> _Action item_:
Return the material exactly. Every line must stay as it is.

+++ Given data

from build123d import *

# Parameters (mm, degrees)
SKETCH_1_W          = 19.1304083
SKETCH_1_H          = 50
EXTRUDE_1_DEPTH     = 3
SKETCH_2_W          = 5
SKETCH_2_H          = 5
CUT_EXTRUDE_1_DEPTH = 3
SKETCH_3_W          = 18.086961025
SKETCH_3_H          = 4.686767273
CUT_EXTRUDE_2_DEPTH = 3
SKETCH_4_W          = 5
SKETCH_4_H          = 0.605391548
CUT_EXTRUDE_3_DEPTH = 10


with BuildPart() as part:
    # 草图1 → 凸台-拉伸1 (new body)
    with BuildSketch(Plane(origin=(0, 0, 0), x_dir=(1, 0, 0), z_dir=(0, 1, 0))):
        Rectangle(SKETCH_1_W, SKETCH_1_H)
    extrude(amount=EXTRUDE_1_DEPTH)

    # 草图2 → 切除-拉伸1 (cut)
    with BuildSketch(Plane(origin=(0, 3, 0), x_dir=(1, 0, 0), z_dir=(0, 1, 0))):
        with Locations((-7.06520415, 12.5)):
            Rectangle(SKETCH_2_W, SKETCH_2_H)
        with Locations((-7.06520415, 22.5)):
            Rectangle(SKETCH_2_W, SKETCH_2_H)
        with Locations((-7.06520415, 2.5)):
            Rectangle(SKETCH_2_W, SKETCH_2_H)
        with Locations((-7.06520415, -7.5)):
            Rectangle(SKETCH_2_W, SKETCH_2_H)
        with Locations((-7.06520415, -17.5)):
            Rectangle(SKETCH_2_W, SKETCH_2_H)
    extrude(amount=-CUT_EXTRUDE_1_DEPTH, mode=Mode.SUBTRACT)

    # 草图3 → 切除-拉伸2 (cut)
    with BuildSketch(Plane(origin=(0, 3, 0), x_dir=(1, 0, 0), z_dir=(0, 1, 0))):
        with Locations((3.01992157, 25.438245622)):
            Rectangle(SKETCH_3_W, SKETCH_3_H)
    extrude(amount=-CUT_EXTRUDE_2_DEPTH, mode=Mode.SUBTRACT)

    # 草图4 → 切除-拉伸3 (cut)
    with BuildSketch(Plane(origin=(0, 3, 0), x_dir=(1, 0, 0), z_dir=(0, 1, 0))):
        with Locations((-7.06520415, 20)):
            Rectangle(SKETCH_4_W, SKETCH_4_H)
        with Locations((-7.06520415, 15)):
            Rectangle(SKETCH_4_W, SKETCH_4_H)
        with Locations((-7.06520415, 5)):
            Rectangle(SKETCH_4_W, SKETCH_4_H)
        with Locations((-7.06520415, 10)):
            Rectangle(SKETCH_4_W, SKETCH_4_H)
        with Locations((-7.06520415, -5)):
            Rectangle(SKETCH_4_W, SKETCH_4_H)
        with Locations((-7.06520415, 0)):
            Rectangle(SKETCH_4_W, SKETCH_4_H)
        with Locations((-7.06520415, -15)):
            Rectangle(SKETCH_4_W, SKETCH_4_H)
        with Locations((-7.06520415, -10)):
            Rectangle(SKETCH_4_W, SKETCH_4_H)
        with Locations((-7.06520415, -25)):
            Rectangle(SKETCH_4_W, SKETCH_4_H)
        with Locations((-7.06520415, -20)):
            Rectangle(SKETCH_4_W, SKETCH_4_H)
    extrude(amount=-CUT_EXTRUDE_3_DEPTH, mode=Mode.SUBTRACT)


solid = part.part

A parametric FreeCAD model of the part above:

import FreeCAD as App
import Part
import Sketcher
from FreeCAD import Vector
Q = App.Units.Quantity

doc = App.newDocument("Part")
params = doc.addObject("Spreadsheet::Sheet", "Params")
for row, (alias, value) in enumerate([
    ("sketch1_height", "50 mm"),
    ("pad1_length", "3 mm"),
    ("sketch2_width", "5 mm"),
    ("pocket1_length", "3 mm"),
    ("pocket2_length", "3 mm"),
    ("sketch4_width", "5 mm"),
    ("pocket3_length", "10 mm"),
], start=1):
    params.set(f"A{row}", alias)
    params.set(f"B{row}", "=" + value)
    params.setAlias(f"B{row}", alias)

body = doc.addObject("PartDesign::Body", "Body")

# Sketch on XZ plane
sketch1 = body.newObject("Sketcher::SketchObject", "Sketch")
sketch1.AttachmentSupport = (doc.getObject("XZ_Plane"), [""])
sketch1.MapMode = "FlatFace"
sketch1.addGeometry(Part.LineSegment(Vector(-9.565204, -25, 0), Vector(-9.565204, 25, 0)), False)
sketch1.addGeometry(Part.LineSegment(Vector(-9.565204, 25, 0), Vector(9.565204, 25, 0)), False)
sketch1.addGeometry(Part.LineSegment(Vector(9.565204, 25, 0), Vector(9.565204, -25, 0)), False)
sketch1.addGeometry(Part.LineSegment(Vector(9.565204, -25, 0), Vector(-9.565204, -25, 0)), False)
sketch1.addConstraint(Sketcher.Constraint("Coincident", 0, 2, 1, 1))
sketch1.addConstraint(Sketcher.Constraint("Coincident", 1, 2, 2, 1))
sketch1.addConstraint(Sketcher.Constraint("Coincident", 2, 2, 3, 1))
sketch1.addConstraint(Sketcher.Constraint("Coincident", 3, 2, 0, 1))
sketch1.addConstraint(Sketcher.Constraint("Vertical", 0))
sketch1.addConstraint(Sketcher.Constraint("Horizontal", 1))
sketch1.addConstraint(Sketcher.Constraint("Vertical", 2))
sketch1.addConstraint(Sketcher.Constraint("Horizontal", 3))
sketch1.addConstraint(Sketcher.Constraint("Symmetric", 0, 2, 2, 2, -1, 1))
sketch1.addConstraint(Sketcher.Constraint("DistanceY", 0, 1, 0, 2, Q("50 mm")))
sketch1.addConstraint(Sketcher.Constraint("DistanceX", 1, 1, 1, 2, Q("19.130408 mm")))
sketch1.setExpression("Constraints[9]", "Params.sketch1_height")
pad1 = body.newObject("PartDesign::Pad", "Pad")
pad1.Profile = sketch1
pad1.setExpression("Length", "Params.pad1_length")
pad1.Reversed = True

++++++

> _Response_:
from build123d import *

# Parameters (mm, degrees)
SKETCH_1_W          = 19.1304083
SKETCH_1_H          = 50
EXTRUDE_1_DEPTH     = 3
SKETCH_2_W          = 5
SKETCH_2_H          = 5
CUT_EXTRUDE_1_DEPTH = 3
SKETCH_3_W          = 18.086961025
SKETCH_3_H          = 4.686767273
CUT_EXTRUDE_2_DEPTH = 3
SKETCH_4_W          = 5
SKETCH_4_H          = 0.605391548
CUT_EXTRUDE_3_DEPTH = 10


with BuildPart() as part:
    # 草图1 → 凸台-拉伸1 (new body)
    with BuildSketch(Plane(origin=(0, 0, 0), x_dir=(1, 0, 0), z_dir=(0, 1, 0))):
        Rectangle(SKETCH_1_W, SKETCH_1_H)
    extrude(amount=EXTRUDE_1_DEPTH)

    # 草图2 → 切除-拉伸1 (cut)
    with BuildSketch(Plane(origin=(0, 3, 0), x_dir=(1, 0, 0), z_dir=(0, 1, 0))):
        with Locations((-7.06520415, 12.5)):
            Rectangle(SKETCH_2_W, SKETCH_2_H)
        with Locations((-7.06520415, 22.5)):
            Rectangle(SKETCH_2_W, SKETCH_2_H)
        with Locations((-7.06520415, 2.5)):
            Rectangle(SKETCH_2_W, SKETCH_2_H)
        with Locations((-7.06520415, -7.5)):
            Rectangle(SKETCH_2_W, SKETCH_2_H)
        with Locations((-7.06520415, -17.5)):
            Rectangle(SKETCH_2_W, SKETCH_2_H)
    extrude(amount=-CUT_EXTRUDE_1_DEPTH, mode=Mode.SUBTRACT)

    # 草图3 → 切除-拉伸2 (cut)
    with BuildSketch(Plane(origin=(0, 3, 0), x_dir=(1, 0, 0), z_dir=(0, 1, 0))):
        with Locations((3.01992157, 25.438245622)):
            Rectangle(SKETCH_3_W, SKETCH_3_H)
    extrude(amount=-CUT_EXTRUDE_2_DEPTH, mode=Mode.SUBTRACT)

    # 草图4 → 切除-拉伸3 (cut)
    with BuildSketch(Plane(origin=(0, 3, 0), x_dir=(1, 0, 0), z_dir=(0, 1, 0))):
        with Locations((-7.06520415, 20)):
            Rectangle(SKETCH_4_W, SKETCH_4_H)
        with Locations((-7.06520415, 15)):
            Rectangle(SKETCH_4_W, SKETCH_4_H)
        with Locations((-7.06520415, 5)):
            Rectangle(SKETCH_4_W, SKETCH_4_H)
        with Locations((-7.06520415, 10)):
            Rectangle(SKETCH_4_W, SKETCH_4_H)
        with Locations((-7.06520415, -5)):
            Rectangle(SKETCH_4_W, SKETCH_4_H)
        with Locations((-7.06520415, 0)):
            Rectangle(SKETCH_4_W, SKETCH_4_H)
        with Locations((-7.06520415, -15)):
            Rectangle(SKETCH_4_W, SKETCH_4_H)
        with Locations((-7.06520415, -10)):
            Rectangle(SKETCH_4_W, SKETCH_4_H)
        with Locations((-7.06520415, -25)):
            Rectangle(SKETCH_4_W, SKETCH_4_H)
        with Locations((-7.06520415, -20)):
            Rectangle(SKETCH_4_W, SKETCH_4_H)
    extrude(amount=-CUT_EXTRUDE_3_DEPTH, mode=Mode.SUBTRACT)


solid = part.part

A parametric FreeCAD model of the part above:

import FreeCAD as App
import Part
import Sketcher
from FreeCAD import Vector
Q = App.Units.Quantity

doc = App.newDocument("Part")
params = doc.addObject("Spreadsheet::Sheet", "Params")
for row, (alias, value) in enumerate([
    ("sketch1_height", "50 mm"),
    ("pad1_length", "3 mm"),
    ("sketch2_width", "5 mm"),
    ("pocket1_length", "3 mm"),
    ("pocket2_length", "3 mm"),
    ("sketch4_width", "5 mm"),
    ("pocket3_length", "10 mm"),
], start=1):
    params.set(f"A{row}", alias)
    params.set(f"B{row}", "=" + value)
    params.setAlias(f"B{row}", alias)

body = doc.addObject("PartDesign::Body", "Body")

# Sketch on XZ plane
sketch1 = body.newObject("Sketcher::SketchObject", "Sketch")
sketch1.AttachmentSupport = (doc.getObject("XZ_Plane"), [""])
sketch1.MapMode = "FlatFace"
sketch1.addGeometry(Part.LineSegment(Vector(-9.565204, -25, 0), Vector(-9.565204, 25, 0)), False)
sketch1.addGeometry(Part.LineSegment(Vector(-9.565204, 25, 0), Vector(9.565204, 25, 0)), False)
sketch1.addGeometry(Part.LineSegment(Vector(9.565204, 25, 0), Vector(9.565204, -25, 0)), False)
sketch1.addGeometry(Part.LineSegment(Vector(9.565204, -25, 0), Vector(-9.565204, -25, 0)), False)
sketch1.addConstraint(Sketcher.Constraint("Coincident", 0, 2, 1, 1))
sketch1.addConstraint(Sketcher.Constraint("Coincident", 1, 2, 2, 1))
sketch1.addConstraint(Sketcher.Constraint("Coincident", 2, 2, 3, 1))
sketch1.addConstraint(Sketcher.Constraint("Coincident", 3, 2, 0, 1))
sketch1.addConstraint(Sketcher.Constraint("Vertical", 0))
sketch1.addConstraint(Sketcher.Constraint("Horizontal", 1))
sketch1.addConstraint(Sketcher.Constraint("Vertical", 2))
sketch1.addConstraint(Sketcher.Constraint("Horizontal", 3))
sketch1.addConstraint(Sketcher.Constraint("Symmetric", 0, 2, 2, 2, -1, 1))
sketch1.addConstraint(Sketcher.Constraint("DistanceY", 0, 1, 0, 2, Q("50 mm")))
sketch1.addConstraint(Sketcher.Constraint("DistanceX", 1, 1, 1, 2, Q("19.130408 mm")))
sketch1.setExpression("Constraints[9]", "Params.sketch1_height")
pad1 = body.newObject("PartDesign::Pad", "Pad")
pad1.Profile = sketch1
pad1.setExpression("Length", "Params.pad1_length")
pad1.Reversed = True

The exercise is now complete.